L’impatto sulle prospettive di pace della stagione sanguinosa del 2000-2005 è profondo. Gli israeliani hanno perso fiducia nella possibilità di un accordo. Separati ora anche fisicamente dai palestinesi, hanno declassato la soluzione del conflitto al quinto posto delle loro priorità, dopo l’educazione, la criminalità, la sicurezza e la povertà. Sul piano politico, l’ondata di terrore ha definitivamente cambiato l’equilibrio delle forze. Nei Territori Palestinesi, si è creata una frattura insanabile, Gaza sotto controllo di Hamas e la Cisgiordania di Abu Mazen e Salam Fayyad. In Israele, l’Indifada ha prodotto un travaso di voti da sinistra, regista degli accordi di Oslo e la destra che vi si era opposta. Al contempo però ha infranto per sempre il sogno della Grande Israele. Ha fatto emergere lo spettro di uno stato binazionale. Ha mostrato i limiti dell’uso della forza e l’importanza di salvaguardare la legittimità internazionale. Questi elementi spiegano la rivoluzione ideologica che ha portato, ognuno con i suoi tempi e le sue modalità, Sharon, Olmert, Tzippi Livni e Netanyahu ad abbracciare la formula “due stati per due popoli”, dopo averla a lungo combattuta.
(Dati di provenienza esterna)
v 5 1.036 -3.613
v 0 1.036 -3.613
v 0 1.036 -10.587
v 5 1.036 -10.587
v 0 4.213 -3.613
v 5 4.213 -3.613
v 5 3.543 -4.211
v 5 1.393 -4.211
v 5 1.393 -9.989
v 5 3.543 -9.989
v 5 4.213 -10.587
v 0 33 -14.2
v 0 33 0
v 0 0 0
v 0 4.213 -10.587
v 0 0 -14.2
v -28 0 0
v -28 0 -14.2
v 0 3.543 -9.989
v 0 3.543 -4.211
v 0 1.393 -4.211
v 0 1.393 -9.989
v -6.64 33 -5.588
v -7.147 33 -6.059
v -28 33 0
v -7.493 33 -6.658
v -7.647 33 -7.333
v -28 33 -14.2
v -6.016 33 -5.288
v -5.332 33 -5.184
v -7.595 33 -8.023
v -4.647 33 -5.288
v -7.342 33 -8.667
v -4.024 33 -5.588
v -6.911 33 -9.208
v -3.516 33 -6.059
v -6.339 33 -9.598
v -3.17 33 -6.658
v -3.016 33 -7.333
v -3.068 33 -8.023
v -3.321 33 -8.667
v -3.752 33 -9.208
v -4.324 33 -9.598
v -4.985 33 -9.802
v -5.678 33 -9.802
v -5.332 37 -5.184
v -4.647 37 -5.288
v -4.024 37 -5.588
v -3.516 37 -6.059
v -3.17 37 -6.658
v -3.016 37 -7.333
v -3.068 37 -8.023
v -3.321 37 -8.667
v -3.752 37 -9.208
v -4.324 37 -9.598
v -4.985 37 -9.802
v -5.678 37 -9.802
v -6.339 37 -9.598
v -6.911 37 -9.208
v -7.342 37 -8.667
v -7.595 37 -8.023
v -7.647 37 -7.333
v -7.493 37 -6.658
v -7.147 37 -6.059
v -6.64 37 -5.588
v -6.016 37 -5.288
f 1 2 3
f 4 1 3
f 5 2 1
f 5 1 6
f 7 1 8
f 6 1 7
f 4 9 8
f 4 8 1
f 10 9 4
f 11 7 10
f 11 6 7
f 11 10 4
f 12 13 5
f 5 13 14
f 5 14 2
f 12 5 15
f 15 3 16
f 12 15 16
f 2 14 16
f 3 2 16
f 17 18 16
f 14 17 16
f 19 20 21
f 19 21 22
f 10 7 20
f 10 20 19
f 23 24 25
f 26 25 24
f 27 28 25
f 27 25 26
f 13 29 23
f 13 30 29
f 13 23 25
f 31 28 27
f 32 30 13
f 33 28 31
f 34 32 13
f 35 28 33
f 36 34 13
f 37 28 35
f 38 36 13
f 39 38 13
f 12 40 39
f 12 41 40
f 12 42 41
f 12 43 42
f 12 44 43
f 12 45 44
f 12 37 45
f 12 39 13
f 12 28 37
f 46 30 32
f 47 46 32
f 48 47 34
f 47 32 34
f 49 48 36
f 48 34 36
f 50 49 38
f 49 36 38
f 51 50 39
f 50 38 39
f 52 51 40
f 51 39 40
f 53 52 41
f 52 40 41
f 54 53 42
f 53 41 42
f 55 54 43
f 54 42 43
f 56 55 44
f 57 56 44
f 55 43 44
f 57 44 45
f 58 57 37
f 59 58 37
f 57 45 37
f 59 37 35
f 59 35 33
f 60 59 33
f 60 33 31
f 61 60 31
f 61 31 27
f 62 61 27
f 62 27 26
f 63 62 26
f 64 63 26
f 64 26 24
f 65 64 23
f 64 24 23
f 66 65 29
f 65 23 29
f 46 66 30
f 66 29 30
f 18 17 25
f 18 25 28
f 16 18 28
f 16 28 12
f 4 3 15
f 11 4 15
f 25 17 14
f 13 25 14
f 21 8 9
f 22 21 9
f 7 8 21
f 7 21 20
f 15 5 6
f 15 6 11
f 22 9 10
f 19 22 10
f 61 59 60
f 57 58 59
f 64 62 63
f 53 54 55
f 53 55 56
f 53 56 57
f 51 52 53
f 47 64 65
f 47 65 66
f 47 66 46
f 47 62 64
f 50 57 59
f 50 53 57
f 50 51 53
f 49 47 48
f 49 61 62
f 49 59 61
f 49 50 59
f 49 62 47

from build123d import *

# Parameters (mm, degrees)
SKETCH1_W           = 28
SKETCH1_H           = 14.2
BOSS_EXTRUDE1_DEPTH = 33
SKETCH2_R           = 2.321908149
BOSS_EXTRUDE3_DEPTH = 4
SKETCH3_W           = 6.974752534
SKETCH3_H           = 3.176308394
BOSS_EXTRUDE4_DEPTH = 5
SKETCH4_W           = 5.77752576
SKETCH4_H           = 2.149777027
CUT_EXTRUDE1_DEPTH  = 5


with BuildPart() as part:
    # Sketch1 → Boss-Extrude1 (new body)
    with BuildSketch(Plane(origin=(0, 0, 0), x_dir=(1, 0, 0), z_dir=(0, 1, 0))):
        with Locations((-14, 7.1)):
            Rectangle(SKETCH1_W, SKETCH1_H)
    extrude(amount=BOSS_EXTRUDE1_DEPTH)

    # Sketch2 → Boss-Extrude3 (add)
    with BuildSketch(Plane(origin=(0, 33, 0), x_dir=(1, 0, 0), z_dir=(0, 1, 0))):
        with Locations(Location((-5.331542912, 7.506333926, 0), (0, 0, 270))):
            Circle(SKETCH2_R)
    extrude(amount=BOSS_EXTRUDE3_DEPTH)

    # Sketch3 → Boss-Extrude4 (add)
    with BuildSketch(Plane(origin=(0, 0, 0), x_dir=(0, 0, -1), z_dir=(1, 0, 0))):
        with Locations((7.1, 2.624490745)):
            Rectangle(SKETCH3_W, SKETCH3_H)
    extrude(amount=BOSS_EXTRUDE4_DEPTH)

    # Sketch4 → Cut-Extrude1 (cut)
    with BuildSketch(Plane(origin=(5, 0, 0), x_dir=(0, 0, -1), z_dir=(1, 0, 0))):
        with Locations((7.1, 2.467865933)):
            Rectangle(SKETCH4_W, SKETCH4_H)
    extrude(amount=-CUT_EXTRUDE1_DEPTH, mode=Mode.SUBTRACT)


solid = part.part
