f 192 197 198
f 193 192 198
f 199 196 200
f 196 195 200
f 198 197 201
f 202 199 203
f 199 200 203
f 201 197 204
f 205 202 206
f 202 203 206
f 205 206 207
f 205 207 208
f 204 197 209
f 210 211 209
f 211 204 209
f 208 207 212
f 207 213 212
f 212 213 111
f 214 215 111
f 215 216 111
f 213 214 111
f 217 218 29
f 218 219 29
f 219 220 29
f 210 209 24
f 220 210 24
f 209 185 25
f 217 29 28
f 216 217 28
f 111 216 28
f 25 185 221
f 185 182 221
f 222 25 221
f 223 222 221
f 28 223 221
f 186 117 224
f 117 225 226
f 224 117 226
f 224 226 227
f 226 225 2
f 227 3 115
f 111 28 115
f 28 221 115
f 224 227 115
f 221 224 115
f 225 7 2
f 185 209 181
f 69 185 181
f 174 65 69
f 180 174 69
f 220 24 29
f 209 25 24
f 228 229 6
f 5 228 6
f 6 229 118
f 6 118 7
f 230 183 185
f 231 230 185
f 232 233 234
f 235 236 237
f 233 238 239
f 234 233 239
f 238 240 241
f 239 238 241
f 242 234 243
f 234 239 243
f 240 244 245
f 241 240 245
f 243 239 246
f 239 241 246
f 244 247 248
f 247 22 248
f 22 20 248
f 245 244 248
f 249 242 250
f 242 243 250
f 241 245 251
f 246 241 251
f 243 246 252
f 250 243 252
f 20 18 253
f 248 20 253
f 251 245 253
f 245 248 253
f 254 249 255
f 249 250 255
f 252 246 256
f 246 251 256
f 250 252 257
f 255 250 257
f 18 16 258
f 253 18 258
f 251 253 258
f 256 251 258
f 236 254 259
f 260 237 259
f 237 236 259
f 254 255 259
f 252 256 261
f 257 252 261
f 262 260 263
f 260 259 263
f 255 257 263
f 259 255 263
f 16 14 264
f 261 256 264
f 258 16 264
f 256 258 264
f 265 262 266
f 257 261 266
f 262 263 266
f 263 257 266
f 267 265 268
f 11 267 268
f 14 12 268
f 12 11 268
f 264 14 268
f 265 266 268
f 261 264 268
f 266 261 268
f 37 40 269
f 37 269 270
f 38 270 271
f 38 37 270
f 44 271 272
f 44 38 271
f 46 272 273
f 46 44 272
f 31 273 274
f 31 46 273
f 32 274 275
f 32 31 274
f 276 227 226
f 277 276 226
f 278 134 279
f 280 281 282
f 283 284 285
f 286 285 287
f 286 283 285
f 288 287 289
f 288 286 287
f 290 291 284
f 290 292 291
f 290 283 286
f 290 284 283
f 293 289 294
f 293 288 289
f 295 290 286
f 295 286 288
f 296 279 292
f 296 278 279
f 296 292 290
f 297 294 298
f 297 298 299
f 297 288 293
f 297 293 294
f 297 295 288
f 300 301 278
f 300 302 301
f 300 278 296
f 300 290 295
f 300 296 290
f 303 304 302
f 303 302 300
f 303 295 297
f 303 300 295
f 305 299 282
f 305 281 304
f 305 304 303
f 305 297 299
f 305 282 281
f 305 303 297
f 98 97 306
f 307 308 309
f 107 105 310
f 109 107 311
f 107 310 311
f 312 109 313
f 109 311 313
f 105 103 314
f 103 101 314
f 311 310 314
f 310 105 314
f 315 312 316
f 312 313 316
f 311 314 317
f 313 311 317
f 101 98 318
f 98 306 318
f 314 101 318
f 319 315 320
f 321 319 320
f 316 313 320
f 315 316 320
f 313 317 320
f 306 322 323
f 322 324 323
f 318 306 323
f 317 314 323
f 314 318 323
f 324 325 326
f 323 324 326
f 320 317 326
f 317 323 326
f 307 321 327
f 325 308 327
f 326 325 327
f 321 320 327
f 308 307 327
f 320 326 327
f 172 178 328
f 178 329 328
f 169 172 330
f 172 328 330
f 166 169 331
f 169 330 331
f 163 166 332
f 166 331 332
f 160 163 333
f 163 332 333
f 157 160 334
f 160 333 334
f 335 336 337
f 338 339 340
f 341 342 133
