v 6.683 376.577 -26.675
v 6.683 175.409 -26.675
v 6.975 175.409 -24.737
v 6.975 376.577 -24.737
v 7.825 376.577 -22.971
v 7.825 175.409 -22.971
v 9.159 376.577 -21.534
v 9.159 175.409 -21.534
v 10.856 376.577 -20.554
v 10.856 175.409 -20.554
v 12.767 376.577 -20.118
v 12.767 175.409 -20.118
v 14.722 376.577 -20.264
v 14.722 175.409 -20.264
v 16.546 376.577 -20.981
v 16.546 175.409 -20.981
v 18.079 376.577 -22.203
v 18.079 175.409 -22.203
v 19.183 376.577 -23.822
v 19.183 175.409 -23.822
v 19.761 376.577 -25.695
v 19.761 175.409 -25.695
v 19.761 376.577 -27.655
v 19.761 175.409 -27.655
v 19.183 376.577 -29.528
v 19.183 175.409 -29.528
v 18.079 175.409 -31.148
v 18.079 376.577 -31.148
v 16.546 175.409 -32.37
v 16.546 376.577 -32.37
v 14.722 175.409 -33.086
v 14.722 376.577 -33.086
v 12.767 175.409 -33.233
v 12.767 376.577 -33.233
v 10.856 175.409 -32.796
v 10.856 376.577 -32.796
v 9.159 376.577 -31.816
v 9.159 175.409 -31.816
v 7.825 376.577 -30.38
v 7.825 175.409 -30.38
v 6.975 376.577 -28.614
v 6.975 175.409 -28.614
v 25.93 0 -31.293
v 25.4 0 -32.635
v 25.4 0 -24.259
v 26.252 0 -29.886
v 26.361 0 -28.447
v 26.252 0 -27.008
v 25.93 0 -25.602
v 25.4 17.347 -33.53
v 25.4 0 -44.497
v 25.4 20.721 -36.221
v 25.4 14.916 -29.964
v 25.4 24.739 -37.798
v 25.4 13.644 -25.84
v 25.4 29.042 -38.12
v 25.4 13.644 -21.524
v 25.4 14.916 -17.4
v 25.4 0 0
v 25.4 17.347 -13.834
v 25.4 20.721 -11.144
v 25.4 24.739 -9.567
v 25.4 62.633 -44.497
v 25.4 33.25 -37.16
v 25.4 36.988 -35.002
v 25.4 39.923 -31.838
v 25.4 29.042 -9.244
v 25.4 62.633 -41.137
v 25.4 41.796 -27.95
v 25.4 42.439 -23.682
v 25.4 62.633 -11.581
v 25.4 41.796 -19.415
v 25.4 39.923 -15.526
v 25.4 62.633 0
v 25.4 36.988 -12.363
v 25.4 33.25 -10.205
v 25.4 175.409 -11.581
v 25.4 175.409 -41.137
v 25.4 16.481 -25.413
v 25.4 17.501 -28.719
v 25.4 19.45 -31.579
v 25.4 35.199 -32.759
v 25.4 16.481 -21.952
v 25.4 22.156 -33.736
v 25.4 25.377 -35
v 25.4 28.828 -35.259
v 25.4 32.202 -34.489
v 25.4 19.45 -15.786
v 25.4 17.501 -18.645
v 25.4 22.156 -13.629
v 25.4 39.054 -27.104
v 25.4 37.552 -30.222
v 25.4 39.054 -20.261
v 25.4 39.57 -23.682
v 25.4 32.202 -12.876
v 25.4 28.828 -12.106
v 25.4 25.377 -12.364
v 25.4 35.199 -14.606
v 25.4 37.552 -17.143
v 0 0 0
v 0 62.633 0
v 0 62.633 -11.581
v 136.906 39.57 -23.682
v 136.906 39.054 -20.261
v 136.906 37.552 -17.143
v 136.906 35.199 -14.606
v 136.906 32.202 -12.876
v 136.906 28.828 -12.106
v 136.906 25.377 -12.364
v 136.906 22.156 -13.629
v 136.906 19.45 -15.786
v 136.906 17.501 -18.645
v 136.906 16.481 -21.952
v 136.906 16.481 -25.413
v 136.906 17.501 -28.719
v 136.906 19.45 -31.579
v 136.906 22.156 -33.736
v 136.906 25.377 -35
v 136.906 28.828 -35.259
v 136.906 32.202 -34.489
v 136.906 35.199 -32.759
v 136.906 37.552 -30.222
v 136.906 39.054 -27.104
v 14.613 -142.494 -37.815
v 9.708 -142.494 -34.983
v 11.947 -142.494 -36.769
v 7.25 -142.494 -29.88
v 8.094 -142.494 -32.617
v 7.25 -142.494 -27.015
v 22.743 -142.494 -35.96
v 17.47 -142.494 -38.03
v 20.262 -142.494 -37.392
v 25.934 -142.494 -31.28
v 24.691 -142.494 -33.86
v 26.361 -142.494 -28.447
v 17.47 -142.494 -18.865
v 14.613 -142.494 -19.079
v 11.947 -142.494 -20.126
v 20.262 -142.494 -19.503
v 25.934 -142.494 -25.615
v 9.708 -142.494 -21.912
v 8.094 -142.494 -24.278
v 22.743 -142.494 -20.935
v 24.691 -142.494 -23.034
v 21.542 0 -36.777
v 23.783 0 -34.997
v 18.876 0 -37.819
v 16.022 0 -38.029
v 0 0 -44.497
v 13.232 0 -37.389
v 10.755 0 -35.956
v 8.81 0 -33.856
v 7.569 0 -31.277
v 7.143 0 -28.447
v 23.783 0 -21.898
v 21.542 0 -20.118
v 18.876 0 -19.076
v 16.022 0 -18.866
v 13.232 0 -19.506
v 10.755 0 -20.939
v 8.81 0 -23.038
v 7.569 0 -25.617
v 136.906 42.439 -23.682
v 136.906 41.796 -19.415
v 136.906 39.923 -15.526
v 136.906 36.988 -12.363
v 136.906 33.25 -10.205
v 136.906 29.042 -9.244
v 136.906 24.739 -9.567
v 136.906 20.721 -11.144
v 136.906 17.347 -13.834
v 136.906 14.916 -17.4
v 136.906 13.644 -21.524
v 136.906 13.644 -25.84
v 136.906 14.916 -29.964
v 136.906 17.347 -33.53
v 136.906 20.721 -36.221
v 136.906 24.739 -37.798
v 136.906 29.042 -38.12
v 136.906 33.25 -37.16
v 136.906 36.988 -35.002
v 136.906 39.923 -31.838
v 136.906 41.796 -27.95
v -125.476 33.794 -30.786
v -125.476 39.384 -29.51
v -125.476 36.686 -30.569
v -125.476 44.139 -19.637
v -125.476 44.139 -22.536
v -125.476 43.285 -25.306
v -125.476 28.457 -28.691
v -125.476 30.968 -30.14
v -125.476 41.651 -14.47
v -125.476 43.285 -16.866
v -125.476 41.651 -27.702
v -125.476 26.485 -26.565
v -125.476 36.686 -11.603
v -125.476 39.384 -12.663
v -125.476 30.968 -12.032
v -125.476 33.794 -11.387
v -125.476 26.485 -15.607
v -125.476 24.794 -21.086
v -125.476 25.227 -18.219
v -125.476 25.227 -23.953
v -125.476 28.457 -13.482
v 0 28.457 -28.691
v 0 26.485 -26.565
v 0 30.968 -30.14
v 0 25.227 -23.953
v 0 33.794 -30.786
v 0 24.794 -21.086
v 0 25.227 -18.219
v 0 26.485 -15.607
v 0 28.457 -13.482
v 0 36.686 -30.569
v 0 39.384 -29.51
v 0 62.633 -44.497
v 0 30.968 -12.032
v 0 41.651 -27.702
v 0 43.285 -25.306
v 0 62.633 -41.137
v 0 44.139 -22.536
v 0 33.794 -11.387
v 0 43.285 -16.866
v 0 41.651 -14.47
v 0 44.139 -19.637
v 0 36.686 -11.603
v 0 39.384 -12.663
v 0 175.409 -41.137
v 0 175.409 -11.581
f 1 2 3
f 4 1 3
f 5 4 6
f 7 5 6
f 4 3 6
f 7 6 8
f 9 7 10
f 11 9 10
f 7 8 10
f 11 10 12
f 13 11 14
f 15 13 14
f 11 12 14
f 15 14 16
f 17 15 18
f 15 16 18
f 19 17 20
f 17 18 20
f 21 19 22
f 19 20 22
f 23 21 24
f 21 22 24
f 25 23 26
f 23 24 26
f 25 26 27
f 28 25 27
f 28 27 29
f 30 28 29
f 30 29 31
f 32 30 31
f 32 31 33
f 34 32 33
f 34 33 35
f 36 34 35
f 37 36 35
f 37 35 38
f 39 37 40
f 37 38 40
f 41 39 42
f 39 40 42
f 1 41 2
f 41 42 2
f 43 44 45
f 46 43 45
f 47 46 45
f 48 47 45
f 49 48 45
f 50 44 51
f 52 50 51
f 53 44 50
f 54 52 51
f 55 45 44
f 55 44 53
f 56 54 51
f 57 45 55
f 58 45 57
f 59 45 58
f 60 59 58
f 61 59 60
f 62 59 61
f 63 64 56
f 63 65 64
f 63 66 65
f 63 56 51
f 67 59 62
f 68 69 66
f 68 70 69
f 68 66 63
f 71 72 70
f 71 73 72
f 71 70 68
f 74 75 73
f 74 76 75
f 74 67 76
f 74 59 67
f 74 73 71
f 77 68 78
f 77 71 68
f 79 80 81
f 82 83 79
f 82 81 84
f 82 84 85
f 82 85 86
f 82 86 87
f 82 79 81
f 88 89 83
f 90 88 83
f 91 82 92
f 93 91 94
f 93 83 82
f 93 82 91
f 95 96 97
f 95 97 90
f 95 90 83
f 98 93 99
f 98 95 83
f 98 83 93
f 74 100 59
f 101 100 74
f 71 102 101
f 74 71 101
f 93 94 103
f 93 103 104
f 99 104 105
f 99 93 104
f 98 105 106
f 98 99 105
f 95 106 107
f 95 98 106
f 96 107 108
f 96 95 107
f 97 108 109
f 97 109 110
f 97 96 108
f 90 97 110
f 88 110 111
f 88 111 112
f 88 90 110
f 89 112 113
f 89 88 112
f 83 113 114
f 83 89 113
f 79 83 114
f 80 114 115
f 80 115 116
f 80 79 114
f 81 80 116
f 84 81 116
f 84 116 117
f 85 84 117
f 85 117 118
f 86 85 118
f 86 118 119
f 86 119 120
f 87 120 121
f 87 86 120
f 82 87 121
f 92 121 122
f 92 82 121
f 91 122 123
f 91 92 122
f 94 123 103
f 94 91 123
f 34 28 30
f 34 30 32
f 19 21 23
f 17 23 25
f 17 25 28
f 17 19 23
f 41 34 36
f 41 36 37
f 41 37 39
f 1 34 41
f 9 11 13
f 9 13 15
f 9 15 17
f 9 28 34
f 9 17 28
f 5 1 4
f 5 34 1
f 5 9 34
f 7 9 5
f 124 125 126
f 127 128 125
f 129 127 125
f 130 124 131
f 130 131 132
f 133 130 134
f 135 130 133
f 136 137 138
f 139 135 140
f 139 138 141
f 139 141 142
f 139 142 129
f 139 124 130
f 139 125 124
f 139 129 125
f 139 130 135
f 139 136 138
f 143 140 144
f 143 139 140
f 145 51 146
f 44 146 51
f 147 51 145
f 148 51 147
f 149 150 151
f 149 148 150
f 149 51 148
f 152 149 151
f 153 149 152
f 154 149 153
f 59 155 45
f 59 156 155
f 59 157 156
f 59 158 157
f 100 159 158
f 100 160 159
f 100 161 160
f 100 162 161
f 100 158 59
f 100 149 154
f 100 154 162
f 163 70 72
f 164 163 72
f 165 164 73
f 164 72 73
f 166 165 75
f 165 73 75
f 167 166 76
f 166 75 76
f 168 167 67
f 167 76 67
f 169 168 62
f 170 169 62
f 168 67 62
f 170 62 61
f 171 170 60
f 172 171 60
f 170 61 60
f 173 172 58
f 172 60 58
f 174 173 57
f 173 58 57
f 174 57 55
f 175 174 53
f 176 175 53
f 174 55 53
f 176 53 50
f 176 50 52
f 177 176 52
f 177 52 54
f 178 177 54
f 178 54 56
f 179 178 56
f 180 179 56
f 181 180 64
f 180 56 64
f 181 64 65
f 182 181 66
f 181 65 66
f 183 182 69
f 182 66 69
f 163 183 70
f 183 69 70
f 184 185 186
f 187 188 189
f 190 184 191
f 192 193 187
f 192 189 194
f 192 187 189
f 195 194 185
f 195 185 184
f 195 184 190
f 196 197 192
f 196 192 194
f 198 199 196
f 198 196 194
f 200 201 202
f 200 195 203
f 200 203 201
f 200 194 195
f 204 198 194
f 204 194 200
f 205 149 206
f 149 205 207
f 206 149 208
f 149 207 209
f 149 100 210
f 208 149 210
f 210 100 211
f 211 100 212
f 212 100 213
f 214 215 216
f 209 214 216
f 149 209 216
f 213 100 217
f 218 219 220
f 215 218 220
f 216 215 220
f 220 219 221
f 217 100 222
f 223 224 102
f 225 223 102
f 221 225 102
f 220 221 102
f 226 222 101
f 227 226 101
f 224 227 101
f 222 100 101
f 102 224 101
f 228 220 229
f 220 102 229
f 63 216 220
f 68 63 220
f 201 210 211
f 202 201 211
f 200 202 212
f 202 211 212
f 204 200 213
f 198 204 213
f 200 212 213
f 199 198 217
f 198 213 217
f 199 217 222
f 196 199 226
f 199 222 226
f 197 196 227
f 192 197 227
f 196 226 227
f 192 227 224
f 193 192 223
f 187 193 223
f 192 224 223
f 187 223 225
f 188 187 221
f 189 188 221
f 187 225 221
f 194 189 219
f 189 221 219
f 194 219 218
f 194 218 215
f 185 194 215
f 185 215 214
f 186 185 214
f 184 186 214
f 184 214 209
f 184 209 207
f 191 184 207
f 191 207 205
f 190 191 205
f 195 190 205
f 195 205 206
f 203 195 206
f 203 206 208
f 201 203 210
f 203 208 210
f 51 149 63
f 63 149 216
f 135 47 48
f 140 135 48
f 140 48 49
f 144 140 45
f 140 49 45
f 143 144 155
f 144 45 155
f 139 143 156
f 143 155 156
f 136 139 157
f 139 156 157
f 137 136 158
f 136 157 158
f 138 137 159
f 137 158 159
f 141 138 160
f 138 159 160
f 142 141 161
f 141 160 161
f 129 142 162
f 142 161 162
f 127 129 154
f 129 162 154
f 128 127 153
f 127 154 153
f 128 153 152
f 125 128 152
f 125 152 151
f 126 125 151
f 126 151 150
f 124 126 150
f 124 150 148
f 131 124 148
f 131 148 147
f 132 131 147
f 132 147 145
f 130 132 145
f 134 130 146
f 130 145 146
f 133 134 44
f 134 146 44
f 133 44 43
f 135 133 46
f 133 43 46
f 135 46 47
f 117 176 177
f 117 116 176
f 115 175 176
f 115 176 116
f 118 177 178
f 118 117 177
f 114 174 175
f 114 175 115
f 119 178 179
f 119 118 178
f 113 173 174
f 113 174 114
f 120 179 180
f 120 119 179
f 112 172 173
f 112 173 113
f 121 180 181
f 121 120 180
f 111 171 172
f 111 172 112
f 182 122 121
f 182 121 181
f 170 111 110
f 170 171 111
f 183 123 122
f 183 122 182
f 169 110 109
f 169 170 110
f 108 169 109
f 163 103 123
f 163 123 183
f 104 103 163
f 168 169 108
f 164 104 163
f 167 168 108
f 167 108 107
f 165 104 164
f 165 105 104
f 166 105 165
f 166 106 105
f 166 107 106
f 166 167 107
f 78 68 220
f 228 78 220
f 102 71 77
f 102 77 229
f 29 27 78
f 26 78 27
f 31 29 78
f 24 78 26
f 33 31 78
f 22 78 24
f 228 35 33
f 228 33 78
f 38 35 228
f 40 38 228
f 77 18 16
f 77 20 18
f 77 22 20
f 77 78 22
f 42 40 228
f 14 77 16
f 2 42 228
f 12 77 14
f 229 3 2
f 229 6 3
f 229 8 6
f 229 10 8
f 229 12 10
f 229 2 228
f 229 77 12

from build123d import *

# Parameters (mm, degrees)
F0_W      = 62.632754
F0_H      = 44.497188
F1_DEPTH  = 25.4
F2_R      = 9.609065
F3_DEPTH  = 142.494
F4_R      = 14.478505
F4_R_2    = 11.60909
F5_DEPTH  = 111.506
F6_R      = 9.726664
F7_DEPTH  = 125.476
F8_W      = 25.4
F8_H      = 29.555707
F9_DEPTH  = 112.776
F10_R     = 6.575743
F11_DEPTH = 201.168


with BuildPart() as f1:
    # F0 (on Right) → F1 (new body)
    with BuildSketch(Plane.YZ):
        with Locations((31.316377, -22.248594)):
            Rectangle(F0_W, F0_H)
    extrude(amount=F1_DEPTH)

    # F2 (on face) → F3 (join)
    with BuildSketch(Plane.XZ):
        with Locations((16.751623, -28.44735)):
            Circle(F2_R)
    extrude(amount=F3_DEPTH)

    # F4 (on face) → F5 (join)
    with BuildSketch(Plane.YZ.offset(25.4)):
        with Locations((27.960511, -23.682347)):
            Circle(F4_R)
        with Locations((27.960511, -23.682347)):
            Circle(F4_R_2, mode=Mode.SUBTRACT)
    extrude(amount=F5_DEPTH)

    # F6 (on face) → F7 (join)
    with BuildSketch(Plane(origin=(0, 0, 0), x_dir=(0, -1, 0), z_dir=(-1, 0, 0))):
        with Locations((-34.521122, -21.086203)):
            Circle(F6_R)
    extrude(amount=F7_DEPTH)

    # F8 (on face) → F9 (join)
    with BuildSketch(Plane(origin=(0, 62.632754, 0), x_dir=(-1, 0, 0), z_dir=(0, 1, 0))):
        with Locations((-12.7, -26.358702)):
            Rectangle(F8_W, F8_H)
    extrude(amount=F9_DEPTH)

    # F10 (on face) → F11 (join)
    with BuildSketch(Plane(origin=(0, 175.408754, 0), x_dir=(-1, 0, 0), z_dir=(0, 1, 0))):
        with Locations((-13.258439, -26.675297)):
            Circle(F10_R)
    extrude(amount=F11_DEPTH)


solid = f1.part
Leggere la mappa geopolitica di Israele con vecchi schemi, come fanno in molti in Europa, non consente di cogliere i segnali di una crescente volontà israeliana di trovare una via d’uscita. Negli ultimi 5 anni, Sharon si è ritirato da Gaza, Olmert ha offerto di porre i luoghi santi di Gerusalemme sotto una autorità internazionale. Netanyahu ha congelato per 10 mesi, fatto senza precedenti, gli insediamenti, alcuni dei quali sono città di decine di migliaia di abitanti. Una marcia di avvicinamento verso un’intesa possibile che deve essere favorita da concessioni anche dall’altra parte, quella palestinese. La difficoltà di Abu Mazen sono note, una per tutte, il suo potere non si estende alla Striscia di Gaza. Ma è giunto il momento che il mondo arabo, preoccupato più di Israele delle mire egemoniche iraniane, esca dalla sua ambiguità e dia un contributo realistico a trovare un compromesso su i due nodi più intricati, Gerusalemme e rifugiati. L’Europa, in prima fila nel porre pressioni su Israele, bene farebbe a applicarle anche in questa direzione.